这几天来总是在夜里摇摇晃晃的睡,不晕船的都给晃晕了,他着实是没睡成过安稳觉,醒的时候总觉得头昏脑胀,喉咙眼上涌,下一秒就能吐出来。
但昨天晚上他睡的很安稳,很安心。
他恍惚间还梦到自己很小的时候,在母亲的怀里酣睡,那么温暖安心,母亲的臂弯替他遮挡了一切伤痛与苦难。
“妈……”
沈笠在迷蒙中睁开眼时,鼻尖涌上一阵酸意。
他已经没有爸妈了。
距离爸妈过世已经有三年了,沈笠以为自己挺过来了,都看淡了,没想到一夜梦回,还是忍不住要掉眼泪。
一个大男人,做个梦就哭哭啼啼,像什么样!
沈笠坐起来一顿猛揉眼睛,硬是把泪意揉了回去,只不过眼睛又红又痛的,还不如不揉。
他顶着一头鸡窝穿衣梳洗,脑子里想着昨晚发生的事,大概是这一觉睡得太好,他都忘得七七八八了,只记得教授说没什么事情。
沈笠走出门去找教授,发现一群人围在厅里,各个脸上都有点着急的样子,看了一圈,没看到简谈。
“你们这是干嘛呢?老师呢?”
那几个人见他来了,好像找到主心骨似的,连连问他:
“船停了,又没找到简教授,不知道出什么事了。”
“昨天晚上好像是撞了,该不会是遇险了吧?”
“而且船上信号也没有了,我连电话都打不出去!”
连一向稳重的蒋思芊也不免有些慌了,但与其他几人比,她的语气还算是比较平静。
“沈笠,你昨天出去看了吗?发生什么了?老师去哪了你知道吗?”
“没什么大事,好像是动力出了点问题,老师可能是去找船长了。咱们也不用瞎着急,我去找找老师。”沈笠掏出手机看了一眼,发现果然没有信号了。
终于听到有人说了句像样点的话,虽然可能不太靠谱,但蒋思芊还是松了眉头,学生们也没那么慌张了。
沈笠转头去找简谈,刚走到楼梯口,就看到简谈手插着兜走上来。
“老师!”
简谈朝他点了下头当打招呼。
其他人也看到了他,“老师老师”的叫着跑过来,像一群见到妈妈的鸭崽子。
鸭妈妈简谈:“……”
简谈一个眼神就让学生们安静下来。
“船停的太久,被冻住了,安静等救援。”
简谈解释的很简单,好像什么事在他这里都不叫事儿。
学生们果然放松下来,甚至有人开始抱怨这次活动不能完整进行了。
“那我们能在这附近原地考察吗?”蒋思芊问道。
简谈往自己房间走去,说:“不行,这一片冰壳太薄,贸然下去很危险。”
蒋思芊有点失落,但也没办法,见老师回了自己房间关上门,只好低着头转身走了,她刚往回走了两步,简谈的门就又打开来,简谈一手半开着门,叫住她。
蒋思芊回过头去,就看到简谈另一手递给她一个相机。
“里面拍的是北冰洋里的生物活动,你拿回去和他们分析一下。”
其他学生也围上来看。
蒋思芊一下就从失落里摆脱出来了,打开相机,发现是昨天夜里拍的,画面清晰,还是全程跟踪。

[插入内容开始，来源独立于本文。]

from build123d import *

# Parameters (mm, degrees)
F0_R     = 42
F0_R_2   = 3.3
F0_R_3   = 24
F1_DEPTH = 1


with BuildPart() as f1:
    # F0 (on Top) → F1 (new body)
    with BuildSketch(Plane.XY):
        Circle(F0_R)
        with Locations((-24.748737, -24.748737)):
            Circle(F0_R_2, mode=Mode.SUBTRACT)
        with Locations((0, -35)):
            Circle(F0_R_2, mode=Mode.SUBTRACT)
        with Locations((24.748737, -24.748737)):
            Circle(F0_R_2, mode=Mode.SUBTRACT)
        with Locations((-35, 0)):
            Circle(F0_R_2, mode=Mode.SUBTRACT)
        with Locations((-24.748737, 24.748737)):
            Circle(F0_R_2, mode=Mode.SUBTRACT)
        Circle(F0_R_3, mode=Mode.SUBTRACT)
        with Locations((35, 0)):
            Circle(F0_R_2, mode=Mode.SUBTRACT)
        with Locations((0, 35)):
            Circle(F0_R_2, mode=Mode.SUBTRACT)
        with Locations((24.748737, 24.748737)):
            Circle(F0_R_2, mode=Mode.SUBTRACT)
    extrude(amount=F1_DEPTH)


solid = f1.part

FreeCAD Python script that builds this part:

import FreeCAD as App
import Part
import Sketcher
from FreeCAD import Vector

doc = App.newDocument("Part")
body = doc.addObject("PartDesign::Body", "Body")

sketch1 = doc.addObject("Sketcher::SketchObject", "Sketch")
body.addObject(sketch1)
sketch1.AttachmentSupport = (doc.XY_Plane, [""])
sketch1.MapMode = "FlatFace"
sketch1.addGeometry(Part.Circle(Vector(0, 0, 0), Vector(0, 0, 1), 42), False)
sketch1.addGeometry(Part.Circle(Vector(-24.7, -24.7, 0), Vector(0, 0, 1), 3.3), False)
sketch1.addGeometry(Part.Circle(Vector(0, -35, 0), Vector(0, 0, 1), 3.3), False)
sketch1.addGeometry(Part.Circle(Vector(24.7, -24.7, 0), Vector(0, 0, 1), 3.3), False)
sketch1.addGeometry(Part.Circle(Vector(-35, 0, 0), Vector(0, 0, 1), 3.3), False)
sketch1.addGeometry(Part.Circle(Vector(-24.7, 24.7, 0), Vector(0, 0, 1), 3.3), False)
sketch1.addGeometry(Part.Circle(Vector(0, 0, 0), Vector(0, 0, 1), 24), False)
sketch1.addGeometry(Part.Circle(Vector(35, 0, 0), Vector(0, 0, 1), 3.3), False)
sketch1.addGeometry(Part.Circle(Vector(0, 35, 0), Vector(0, 0, 1), 3.3), False)
sketch1.addGeometry(Part.Circle(Vector(24.7, 24.7, 0), Vector(0, 0, 1), 3.3), False)
sketch1.addConstraint(Sketcher.Constraint("Coincident", 0, 3, -1, 1))
sketch1.addConstraint(Sketcher.Constraint("Coincident", 6, 3, -1, 1))
sketch1.addConstraint(Sketcher.Constraint("Equal", 1, 2))
sketch1.addConstraint(Sketcher.Constraint("Equal", 2, 3))
sketch1.addConstraint(Sketcher.Constraint("Equal", 3, 4))
sketch1.addConstraint(Sketcher.Constraint("Equal", 4, 5))
sketch1.addConstraint(Sketcher.Constraint("Equal", 5, 7))
sketch1.addConstraint(Sketcher.Constraint("Equal", 7, 8))
sketch1.addConstraint(Sketcher.Constraint("Equal", 8, 9))
sketch1.addConstraint(Sketcher.Constraint("Symmetric", 3, 3, 5, 3, -1, 1))
sketch1.addConstraint(Sketcher.Constraint("Symmetric", 4, 3, 7, 3, -1, 1))
sketch1.addConstraint(Sketcher.Constraint("Symmetric", 2, 3, 8, 3, -1, 1))
sketch1.addConstraint(Sketcher.Constraint("Symmetric", 1, 3, 9, 3, -1, 1))
sketch1.addConstraint(Sketcher.Constraint("Symmetric", 1, 3, 3, 3, -2))
sketch1.addConstraint(Sketcher.Constraint("PointOnObject", 2, 3, -2))
sketch1.addConstraint(Sketcher.Constraint("PointOnObject", 4, 3, -1))
sketch1.addConstraint(Sketcher.Constraint("Diameter", 0, 84.0))
sketch1.addConstraint(Sketcher.Constraint("Diameter", 6, 48.0))
sketch1.addConstraint(Sketcher.Constraint("Diameter", 1, 6.6))
sketch1.addConstraint(Sketcher.Constraint("DistanceY", 2, 3, -1, 1, 35.0))
sketch1.addConstraint(Sketcher.Constraint("DistanceX", 4, 3, -1, 1, 35.0))
sketch1.addConstraint(Sketcher.Constraint("DistanceX", 1, 3, -1, 1, 24.748737))
sketch1.addConstraint(Sketcher.Constraint("DistanceY", 1, 3, -1, 1, 24.748737))
pad1 = doc.addObject("PartDesign::Pad", "Pad")
body.addObject(pad1)
pad1.Profile = sketch1
pad1.Length = 1

doc.recompute()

她有些惊讶,但更多是惊喜。这些素材很丰富,而且很详细,就算他们这次实地活动正常进行了可能也拍不到这么高质量的画面。
蒋思芊想要问简谈是怎么拍到的,但一抬头就发现简谈已经把门关上了,相机也被其他人抢去研究,现在门口就剩她和沈笠两人,相互看了看。
可能是用了船上的仪器吧,蒋思芊想着,又想到简老师昨晚大概一夜都没睡,就是为了给他们这帮精力旺盛的学生找事干,来减少他们对这次旅行的残缺的失落感。
她突然觉得心里很暖,简老师从来只是看起来不近人情,她却知道他的心其实很软。
她嘴角弯了起来,见沈笠还站在门口,盯着门不知道在想什么,便拉了他一下。
“让老师好好休息吧,我们赶紧把视频过一遍先。”
沈笠才回过神似的,“哦,好,走吧。”
船上已经发出了求援信号,但不知是信号接收不良还是什么原因,一直得不到答复,两天过去了也依然如此。
船上的食物和水都可以支撑很久,但船只被困的越久,脱困的难度就越大,船长的脸色早已乌云笼罩,焦虑也在船员中蔓延开来。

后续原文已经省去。